Rosa ignored him, watching the cadet thread through chaos with a confidence that hadn’t been there an hour ago. Sira’s focus was absolute.
Then came the final simulation curve — a malfunction scenario. One engine flared red on Sira’s display.
“Power loss on port vector,” she said automatically.
Rosa waited. This was the test.
Sira didn’t call for help. She compensated manually, tilting the craft’s axis, bleeding off thrust from the starboard side until the balance returned.
“Compensating yaw,” Sira reported. There was a weighted breathe. The shuttle leveled out. The simulator blinked mission complete.
Silence stretched.  Finally, Rosa said, “You kept control.”
Sira turned, a flush in her cheeks. “Barely.”
“Barely is still alive.” Rosa leaned back, arms crossing over her chest. “That’s what separates a pilot from a passenger.”
You’re proud of her, Coy whispered, a tone of wary amusement. That scares you more than crashing ever could.
Rosa pretended not to hear. “End sim,” she ordered. The holographic stars faded into the gray walls of the training bay.
Sira lingered by the console, eyes bright. “Commander… do you ever miss it? Real flight? Outside the training sims?”
Rosa’s lips curved into something halfway between pride and exhaustion. “Miss it? I still do it, Cadet. That’s why I teach — to make sure someone’s ready when I’m out there.”
Sira blinked, realizing what she meant. “You’re still on the active roster?”
“Always.” Rosa stepped closer, her voice low, deliberate. “You don’t stop flying because you start teaching. You teach so you remember why you fly.”
And because you need to feel something that still burns, Coy murmured, voice like smoke in her skull.
For a moment, mentor and cadet simply stood in the afterglow of shared adrenaline. Sira’s curiosity softened into admiration. Rosa, despite herself, felt the echo of it — the dangerous warmth of connection forming in the cracks where pain used to live.

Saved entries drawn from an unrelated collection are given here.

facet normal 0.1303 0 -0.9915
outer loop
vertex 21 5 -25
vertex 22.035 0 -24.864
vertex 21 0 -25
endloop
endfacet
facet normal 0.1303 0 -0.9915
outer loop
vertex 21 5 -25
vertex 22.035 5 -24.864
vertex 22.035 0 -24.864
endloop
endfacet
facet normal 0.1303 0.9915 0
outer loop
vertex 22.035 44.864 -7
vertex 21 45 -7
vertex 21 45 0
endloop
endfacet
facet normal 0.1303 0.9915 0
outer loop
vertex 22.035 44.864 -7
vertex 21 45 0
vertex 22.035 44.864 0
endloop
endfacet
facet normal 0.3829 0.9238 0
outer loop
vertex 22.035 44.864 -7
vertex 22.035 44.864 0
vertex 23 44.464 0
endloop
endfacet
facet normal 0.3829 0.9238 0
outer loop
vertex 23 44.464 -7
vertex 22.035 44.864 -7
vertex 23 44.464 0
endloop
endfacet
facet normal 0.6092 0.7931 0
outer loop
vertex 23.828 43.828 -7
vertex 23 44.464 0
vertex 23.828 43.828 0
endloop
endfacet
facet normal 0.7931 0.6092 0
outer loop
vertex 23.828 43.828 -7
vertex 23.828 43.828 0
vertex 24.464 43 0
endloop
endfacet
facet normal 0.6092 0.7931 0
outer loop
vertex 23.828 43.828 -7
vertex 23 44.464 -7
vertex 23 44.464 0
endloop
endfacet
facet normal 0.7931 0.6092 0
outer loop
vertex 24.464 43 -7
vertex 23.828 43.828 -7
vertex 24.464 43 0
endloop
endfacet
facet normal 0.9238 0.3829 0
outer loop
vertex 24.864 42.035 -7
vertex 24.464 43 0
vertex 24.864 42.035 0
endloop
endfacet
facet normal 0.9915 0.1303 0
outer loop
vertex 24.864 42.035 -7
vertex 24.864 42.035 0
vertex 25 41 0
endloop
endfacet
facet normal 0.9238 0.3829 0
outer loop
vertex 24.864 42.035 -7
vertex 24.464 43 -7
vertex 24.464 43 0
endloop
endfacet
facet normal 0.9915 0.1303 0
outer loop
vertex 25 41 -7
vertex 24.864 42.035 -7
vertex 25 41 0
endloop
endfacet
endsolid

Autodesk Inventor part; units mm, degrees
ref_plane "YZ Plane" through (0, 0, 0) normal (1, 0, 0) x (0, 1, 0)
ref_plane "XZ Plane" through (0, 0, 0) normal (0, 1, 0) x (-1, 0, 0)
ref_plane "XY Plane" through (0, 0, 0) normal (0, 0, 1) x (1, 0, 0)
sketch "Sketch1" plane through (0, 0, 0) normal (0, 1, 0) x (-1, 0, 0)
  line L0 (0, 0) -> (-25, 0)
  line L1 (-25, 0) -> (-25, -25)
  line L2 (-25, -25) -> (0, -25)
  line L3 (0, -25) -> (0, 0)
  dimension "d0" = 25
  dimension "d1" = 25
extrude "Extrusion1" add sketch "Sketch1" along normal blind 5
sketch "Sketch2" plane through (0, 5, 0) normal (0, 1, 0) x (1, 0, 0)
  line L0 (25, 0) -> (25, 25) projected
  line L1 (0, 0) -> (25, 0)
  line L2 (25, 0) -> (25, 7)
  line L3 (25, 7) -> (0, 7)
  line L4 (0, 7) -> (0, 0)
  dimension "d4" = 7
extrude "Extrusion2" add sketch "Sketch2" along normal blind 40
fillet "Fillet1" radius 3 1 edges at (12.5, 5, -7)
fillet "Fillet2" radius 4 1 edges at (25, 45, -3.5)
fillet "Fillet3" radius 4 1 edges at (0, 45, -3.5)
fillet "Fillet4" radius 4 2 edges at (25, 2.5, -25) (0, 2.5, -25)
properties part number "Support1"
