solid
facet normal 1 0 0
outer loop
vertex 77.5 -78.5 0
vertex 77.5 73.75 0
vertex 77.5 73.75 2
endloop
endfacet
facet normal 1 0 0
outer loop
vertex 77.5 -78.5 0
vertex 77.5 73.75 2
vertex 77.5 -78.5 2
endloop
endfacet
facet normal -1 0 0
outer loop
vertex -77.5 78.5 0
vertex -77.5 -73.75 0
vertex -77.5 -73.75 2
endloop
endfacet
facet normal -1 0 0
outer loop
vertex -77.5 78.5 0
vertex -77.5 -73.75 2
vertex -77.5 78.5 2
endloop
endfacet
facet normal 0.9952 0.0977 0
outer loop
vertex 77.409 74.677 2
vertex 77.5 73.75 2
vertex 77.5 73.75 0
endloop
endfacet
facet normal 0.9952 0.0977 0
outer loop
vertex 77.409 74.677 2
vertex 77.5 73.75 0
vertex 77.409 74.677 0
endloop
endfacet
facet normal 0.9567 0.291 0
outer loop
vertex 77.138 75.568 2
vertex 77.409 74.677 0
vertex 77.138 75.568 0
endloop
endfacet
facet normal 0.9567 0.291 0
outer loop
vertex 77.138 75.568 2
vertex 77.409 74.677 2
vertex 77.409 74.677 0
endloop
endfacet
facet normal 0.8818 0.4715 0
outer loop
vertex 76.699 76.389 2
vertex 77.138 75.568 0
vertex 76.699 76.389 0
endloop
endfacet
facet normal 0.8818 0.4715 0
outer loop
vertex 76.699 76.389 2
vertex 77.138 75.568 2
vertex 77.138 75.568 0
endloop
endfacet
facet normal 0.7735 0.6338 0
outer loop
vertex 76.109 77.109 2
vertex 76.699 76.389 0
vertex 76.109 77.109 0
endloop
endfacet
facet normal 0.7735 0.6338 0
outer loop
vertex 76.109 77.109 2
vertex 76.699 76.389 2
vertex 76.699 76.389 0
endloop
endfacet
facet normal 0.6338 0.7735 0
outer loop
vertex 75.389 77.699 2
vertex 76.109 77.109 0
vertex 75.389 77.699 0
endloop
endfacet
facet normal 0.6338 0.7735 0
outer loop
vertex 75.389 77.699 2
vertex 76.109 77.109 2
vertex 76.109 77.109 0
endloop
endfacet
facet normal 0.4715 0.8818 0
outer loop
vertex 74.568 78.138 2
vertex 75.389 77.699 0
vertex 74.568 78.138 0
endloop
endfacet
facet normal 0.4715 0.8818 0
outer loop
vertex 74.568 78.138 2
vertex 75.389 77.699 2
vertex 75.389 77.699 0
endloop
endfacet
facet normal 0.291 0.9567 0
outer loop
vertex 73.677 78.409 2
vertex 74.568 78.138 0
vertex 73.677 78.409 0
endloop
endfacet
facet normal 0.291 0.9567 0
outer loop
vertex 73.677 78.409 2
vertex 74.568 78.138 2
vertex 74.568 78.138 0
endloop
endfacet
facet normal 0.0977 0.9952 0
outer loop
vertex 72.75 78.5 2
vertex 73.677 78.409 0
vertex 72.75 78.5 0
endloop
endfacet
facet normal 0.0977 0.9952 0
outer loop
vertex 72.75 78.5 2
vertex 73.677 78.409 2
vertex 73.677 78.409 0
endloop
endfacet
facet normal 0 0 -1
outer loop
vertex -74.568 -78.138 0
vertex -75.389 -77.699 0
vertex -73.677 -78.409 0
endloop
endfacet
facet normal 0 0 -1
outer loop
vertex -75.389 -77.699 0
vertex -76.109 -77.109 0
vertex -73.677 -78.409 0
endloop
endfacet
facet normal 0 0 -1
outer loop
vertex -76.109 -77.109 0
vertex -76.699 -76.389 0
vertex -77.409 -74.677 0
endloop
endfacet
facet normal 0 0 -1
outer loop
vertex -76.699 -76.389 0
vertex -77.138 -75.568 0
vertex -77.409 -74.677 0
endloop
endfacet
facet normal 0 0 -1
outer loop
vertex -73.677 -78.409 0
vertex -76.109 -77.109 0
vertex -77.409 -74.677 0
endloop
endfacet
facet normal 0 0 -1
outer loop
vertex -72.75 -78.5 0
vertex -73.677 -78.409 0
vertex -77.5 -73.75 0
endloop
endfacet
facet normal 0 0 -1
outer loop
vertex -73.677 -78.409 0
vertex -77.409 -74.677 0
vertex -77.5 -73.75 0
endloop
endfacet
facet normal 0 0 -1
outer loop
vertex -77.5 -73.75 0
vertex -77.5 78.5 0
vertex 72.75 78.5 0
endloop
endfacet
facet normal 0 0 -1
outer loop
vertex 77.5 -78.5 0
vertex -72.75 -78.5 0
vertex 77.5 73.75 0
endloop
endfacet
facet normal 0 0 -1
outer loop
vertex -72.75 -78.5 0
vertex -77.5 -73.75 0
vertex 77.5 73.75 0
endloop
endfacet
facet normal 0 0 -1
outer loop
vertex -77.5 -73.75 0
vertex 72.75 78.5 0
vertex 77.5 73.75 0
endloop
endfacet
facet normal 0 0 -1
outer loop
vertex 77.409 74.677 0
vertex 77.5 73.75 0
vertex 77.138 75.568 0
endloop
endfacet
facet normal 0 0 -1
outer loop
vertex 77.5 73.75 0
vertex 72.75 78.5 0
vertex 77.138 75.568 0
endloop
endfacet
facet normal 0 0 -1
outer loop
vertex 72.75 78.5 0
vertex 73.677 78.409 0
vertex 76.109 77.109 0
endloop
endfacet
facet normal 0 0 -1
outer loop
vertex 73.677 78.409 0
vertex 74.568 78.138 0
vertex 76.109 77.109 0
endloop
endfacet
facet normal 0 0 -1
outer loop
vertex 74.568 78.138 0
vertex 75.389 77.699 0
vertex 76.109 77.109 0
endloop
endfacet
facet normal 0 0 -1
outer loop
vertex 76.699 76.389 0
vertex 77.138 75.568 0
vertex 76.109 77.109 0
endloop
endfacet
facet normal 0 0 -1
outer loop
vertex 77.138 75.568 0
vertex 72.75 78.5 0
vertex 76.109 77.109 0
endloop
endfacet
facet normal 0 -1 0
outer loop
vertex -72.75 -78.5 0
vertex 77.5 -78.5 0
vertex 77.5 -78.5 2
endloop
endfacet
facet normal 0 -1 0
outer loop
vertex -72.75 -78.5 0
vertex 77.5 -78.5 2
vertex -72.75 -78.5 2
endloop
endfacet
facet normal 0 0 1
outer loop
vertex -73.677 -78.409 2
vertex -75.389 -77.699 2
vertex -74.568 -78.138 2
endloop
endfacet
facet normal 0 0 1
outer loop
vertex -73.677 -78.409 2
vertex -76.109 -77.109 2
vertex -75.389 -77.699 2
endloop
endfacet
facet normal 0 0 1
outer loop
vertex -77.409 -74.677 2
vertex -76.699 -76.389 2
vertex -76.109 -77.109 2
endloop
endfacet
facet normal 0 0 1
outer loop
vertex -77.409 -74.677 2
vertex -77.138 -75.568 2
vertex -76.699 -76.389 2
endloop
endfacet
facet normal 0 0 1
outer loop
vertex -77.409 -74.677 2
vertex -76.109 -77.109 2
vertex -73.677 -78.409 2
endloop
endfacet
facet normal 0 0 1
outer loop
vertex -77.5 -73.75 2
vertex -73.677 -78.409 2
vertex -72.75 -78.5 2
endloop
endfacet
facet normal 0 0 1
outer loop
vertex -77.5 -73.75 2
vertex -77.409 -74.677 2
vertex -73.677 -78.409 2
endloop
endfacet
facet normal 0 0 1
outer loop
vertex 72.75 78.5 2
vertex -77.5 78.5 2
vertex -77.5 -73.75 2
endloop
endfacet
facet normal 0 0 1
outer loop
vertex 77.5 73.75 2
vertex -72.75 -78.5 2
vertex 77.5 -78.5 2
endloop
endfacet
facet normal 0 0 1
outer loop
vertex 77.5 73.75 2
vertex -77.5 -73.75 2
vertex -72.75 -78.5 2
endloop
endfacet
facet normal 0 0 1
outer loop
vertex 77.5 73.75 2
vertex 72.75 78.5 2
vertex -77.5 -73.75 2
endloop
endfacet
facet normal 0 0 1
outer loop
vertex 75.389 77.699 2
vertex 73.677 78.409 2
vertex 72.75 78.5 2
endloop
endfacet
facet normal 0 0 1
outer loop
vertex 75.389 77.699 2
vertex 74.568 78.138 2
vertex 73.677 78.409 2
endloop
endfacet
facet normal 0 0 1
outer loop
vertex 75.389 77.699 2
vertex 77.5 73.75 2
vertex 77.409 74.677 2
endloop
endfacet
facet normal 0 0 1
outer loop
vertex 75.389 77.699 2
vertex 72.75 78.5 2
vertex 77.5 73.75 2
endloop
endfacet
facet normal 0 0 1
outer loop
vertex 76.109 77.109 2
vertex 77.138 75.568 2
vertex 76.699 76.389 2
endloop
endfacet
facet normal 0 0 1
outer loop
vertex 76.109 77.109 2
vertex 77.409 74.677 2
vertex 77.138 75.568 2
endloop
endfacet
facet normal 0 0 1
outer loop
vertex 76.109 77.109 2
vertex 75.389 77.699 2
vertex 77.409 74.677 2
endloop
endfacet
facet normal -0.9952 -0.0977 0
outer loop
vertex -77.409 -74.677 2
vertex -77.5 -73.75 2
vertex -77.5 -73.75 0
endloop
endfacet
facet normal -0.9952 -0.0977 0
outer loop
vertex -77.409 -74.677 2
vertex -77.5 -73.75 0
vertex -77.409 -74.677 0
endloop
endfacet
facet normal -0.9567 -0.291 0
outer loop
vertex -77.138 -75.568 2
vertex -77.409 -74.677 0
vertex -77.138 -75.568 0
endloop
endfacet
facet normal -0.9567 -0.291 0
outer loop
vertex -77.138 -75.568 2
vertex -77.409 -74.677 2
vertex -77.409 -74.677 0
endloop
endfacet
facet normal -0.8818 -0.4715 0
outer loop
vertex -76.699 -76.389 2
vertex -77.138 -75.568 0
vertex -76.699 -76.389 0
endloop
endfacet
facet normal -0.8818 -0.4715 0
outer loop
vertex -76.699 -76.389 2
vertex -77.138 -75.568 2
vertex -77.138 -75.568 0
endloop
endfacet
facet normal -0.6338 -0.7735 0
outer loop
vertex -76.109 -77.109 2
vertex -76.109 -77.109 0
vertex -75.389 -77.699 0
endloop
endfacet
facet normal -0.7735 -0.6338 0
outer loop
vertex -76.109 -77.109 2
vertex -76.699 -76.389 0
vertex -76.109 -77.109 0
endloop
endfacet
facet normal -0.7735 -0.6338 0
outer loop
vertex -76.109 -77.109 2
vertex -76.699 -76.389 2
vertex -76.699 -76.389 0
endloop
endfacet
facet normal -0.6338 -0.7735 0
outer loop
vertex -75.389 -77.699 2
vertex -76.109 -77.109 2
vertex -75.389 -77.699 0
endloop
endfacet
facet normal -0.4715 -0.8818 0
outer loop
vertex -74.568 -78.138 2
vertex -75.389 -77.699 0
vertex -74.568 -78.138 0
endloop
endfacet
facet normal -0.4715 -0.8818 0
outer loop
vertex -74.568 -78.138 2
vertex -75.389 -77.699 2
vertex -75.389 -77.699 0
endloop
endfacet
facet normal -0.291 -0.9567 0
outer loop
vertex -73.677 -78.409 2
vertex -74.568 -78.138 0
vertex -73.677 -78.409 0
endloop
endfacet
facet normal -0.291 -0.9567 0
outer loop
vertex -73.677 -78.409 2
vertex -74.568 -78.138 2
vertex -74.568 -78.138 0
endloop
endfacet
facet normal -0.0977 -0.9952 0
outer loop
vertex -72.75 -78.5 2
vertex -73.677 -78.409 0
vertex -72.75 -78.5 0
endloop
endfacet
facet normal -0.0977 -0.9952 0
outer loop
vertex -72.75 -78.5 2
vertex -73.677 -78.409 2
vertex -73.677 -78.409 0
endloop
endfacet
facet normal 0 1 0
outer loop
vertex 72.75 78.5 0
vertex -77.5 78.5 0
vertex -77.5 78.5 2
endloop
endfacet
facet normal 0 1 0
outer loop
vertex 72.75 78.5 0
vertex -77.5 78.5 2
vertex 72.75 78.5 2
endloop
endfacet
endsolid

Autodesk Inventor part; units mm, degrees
ref_plane "YZ Plane" through (0, 0, 0) normal (1, 0, 0) x (0, 1, 0)
ref_plane "XZ Plane" through (0, 0, 0) normal (0, 1, 0) x (-1, 0, 0)
ref_plane "XY Plane" through (0, 0, 0) normal (0, 0, 1) x (1, 0, 0)
sketch "Sketch1" plane through (0, 0, 0) normal (0, 0, 1) x (1, 0, 0)
  line L0 (-77.5, 78.5) -> (77.5, 78.5)
  line L1 (77.5, 78.5) -> (77.5, -78.5)
  line L2 (77.5, -78.5) -> (-77.5, -78.5)
  line L3 (-77.5, -78.5) -> (-77.5, 78.5)
  line L4 (-77.5, 78.5) -> (77.5, -78.5) construction
  point P0 (0, 0)
  point P1 (0, 0)
  dimension "d0" = 155
  dimension "d1" = 157
extrude "Plate1" add sketch "Sketch1" along normal blind 2
fillet "Corner Round1" radius 4.75 2 edges at (77.5, 78.5, 1) (-77.5, -78.5, 1)
equation "\"d2\" = Thickness"
equation "\"BendReliefWidth\" = Thickness"
equation "\"BendReliefDepth\" = 0.5 * Thickness"
equation "\"CornerReliefSize\" = 4 * Thickness"
equation "\"MinimumRemnant\" = 2 * Thickness"
equation "\"TransitionRadius\" = BendRadius"
equation "\"JacobiRadiusSize\" = BendRadius"
equation "\"GapSize\" = Thickness"
equation "\"Thickness\" = 2"
equation "\"BendRadius\" = 2.75"
properties part number "MNT-CDF-601 CAP" material "Stainless Steel"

Careful, Rosa, Coy breathed. That’s how it starts. One shared heartbeat… and suddenly you can’t tell whose it is. Which, I'm game if you are.
Rosa shut down the simulator and walked toward the door. “Same time tomorrow, Cadet. We’ll take her off the leash next time, live shuttle run.”
Sira straightened. “Aye, Commander.”
When the doors closed behind her, Rosa let herself exhale, slow and unsteady, before the whisper returned, quieter now, curling around the edge of thought.
You’re teaching her to fly, Little Pilot… but she might be the one teaching you to land.